I was never a big cheese fan in the first place but nowadays i find cheese to be sort of repulsive. I don't think its stretching the truth to describe cheese as excretions from animals that have partially spoiled.
 
Veganism is NOT a diet...it is a choice...just before you eat any of those products ask yourself "has an animal died in order to produce this?" In the case of cheese the animal may not have died but may have suffered something other than a natural life. There is a chain to be followed from the need of a calf to produce the milk needed for the cheese, the killing of the male calves.....we all slip up now and then..just give it some thought and feel good knowing you are at least trying......personally it is the Earth l am trying to save...a big goal but look how much Covid has changed things in a few months...we can DO THIS!
 
  • Agree
Reactions: Forest Nymph
Packaged things that haven't been opened can be donated to food banks, which desperately need food during the pandemic.

Some foods that are open and unsharable can be composted.
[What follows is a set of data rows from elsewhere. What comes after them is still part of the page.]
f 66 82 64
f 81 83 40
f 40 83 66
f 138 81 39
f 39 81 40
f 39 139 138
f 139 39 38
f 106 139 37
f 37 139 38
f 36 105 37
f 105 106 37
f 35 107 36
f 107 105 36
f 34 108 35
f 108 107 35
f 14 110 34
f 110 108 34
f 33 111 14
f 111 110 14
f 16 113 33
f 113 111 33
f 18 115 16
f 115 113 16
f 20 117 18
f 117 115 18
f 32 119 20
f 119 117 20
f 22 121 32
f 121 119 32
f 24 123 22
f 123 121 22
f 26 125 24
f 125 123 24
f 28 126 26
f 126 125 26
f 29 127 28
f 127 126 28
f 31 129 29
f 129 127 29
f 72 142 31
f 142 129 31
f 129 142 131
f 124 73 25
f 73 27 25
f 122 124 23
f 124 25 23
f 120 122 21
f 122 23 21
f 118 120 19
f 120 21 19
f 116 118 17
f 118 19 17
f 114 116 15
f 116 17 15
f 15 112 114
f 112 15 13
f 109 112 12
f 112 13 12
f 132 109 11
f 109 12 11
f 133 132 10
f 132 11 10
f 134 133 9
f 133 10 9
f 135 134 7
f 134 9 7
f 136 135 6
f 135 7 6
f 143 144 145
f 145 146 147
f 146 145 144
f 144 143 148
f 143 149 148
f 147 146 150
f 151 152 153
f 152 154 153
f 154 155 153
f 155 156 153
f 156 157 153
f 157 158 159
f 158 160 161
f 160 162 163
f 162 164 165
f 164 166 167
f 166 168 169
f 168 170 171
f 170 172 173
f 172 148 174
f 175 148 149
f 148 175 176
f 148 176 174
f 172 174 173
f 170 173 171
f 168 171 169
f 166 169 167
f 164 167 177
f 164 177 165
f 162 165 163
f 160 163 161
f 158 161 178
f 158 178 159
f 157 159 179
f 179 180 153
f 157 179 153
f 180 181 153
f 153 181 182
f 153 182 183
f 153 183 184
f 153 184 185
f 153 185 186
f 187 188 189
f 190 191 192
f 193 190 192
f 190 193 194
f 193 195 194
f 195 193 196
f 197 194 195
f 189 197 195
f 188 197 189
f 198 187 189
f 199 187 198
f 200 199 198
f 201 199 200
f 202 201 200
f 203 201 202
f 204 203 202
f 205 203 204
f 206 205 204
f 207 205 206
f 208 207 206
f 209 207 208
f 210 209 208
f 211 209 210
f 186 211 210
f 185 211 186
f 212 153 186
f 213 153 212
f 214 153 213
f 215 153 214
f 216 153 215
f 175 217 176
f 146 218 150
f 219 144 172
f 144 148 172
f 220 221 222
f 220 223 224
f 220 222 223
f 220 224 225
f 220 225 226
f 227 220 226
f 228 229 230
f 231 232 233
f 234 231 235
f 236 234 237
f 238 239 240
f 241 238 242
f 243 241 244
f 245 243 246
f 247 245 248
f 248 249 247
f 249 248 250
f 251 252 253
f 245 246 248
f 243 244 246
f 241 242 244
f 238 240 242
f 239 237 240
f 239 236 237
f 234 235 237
Do you compost?

I also agree with Lou that it's okay to transition slowly, from vegetarian to vegan. Just eat your food you have, but add more and more vegan meals until you're totally plant-based.
 
Veganism is NOT a diet...it is a choice...just before you eat any of those products ask yourself "has an animal died in order to produce this?" In the case of cheese the animal may not have died but may have suffered something other than a natural life. There is a chain to be followed from the need of a calf to produce the milk needed for the cheese, the killing of the male calves.....we all slip up now and then..just give it some thought and feel good knowing you are at least trying......personally it is the Earth l am trying to save...a big goal but look how much Covid has changed things in a few months...we can DO THIS!


Exactly. Remember that food that has already been purchased or opened won't hurt or exploit any new animals. It also won't put any more demand for animal products into the capitalist system. That's why I think it's fine for vegans who are poor or homeless to accept vegetarian food if they don't have any other choice (it's not like they're buying the food themselves) or for people to "dumpster dive" (which frankly is not advisable during a major pandemic but under normal circumstances).
 
You can get vegan cheese and nutritional yeast. Plus there are loads of vegan snack bars like rocky roads and more out now. Just explore the supermarket one day! Every time you get a craving sit down and watch an exposƩ or a documentary to remind yourself. Hope this helps!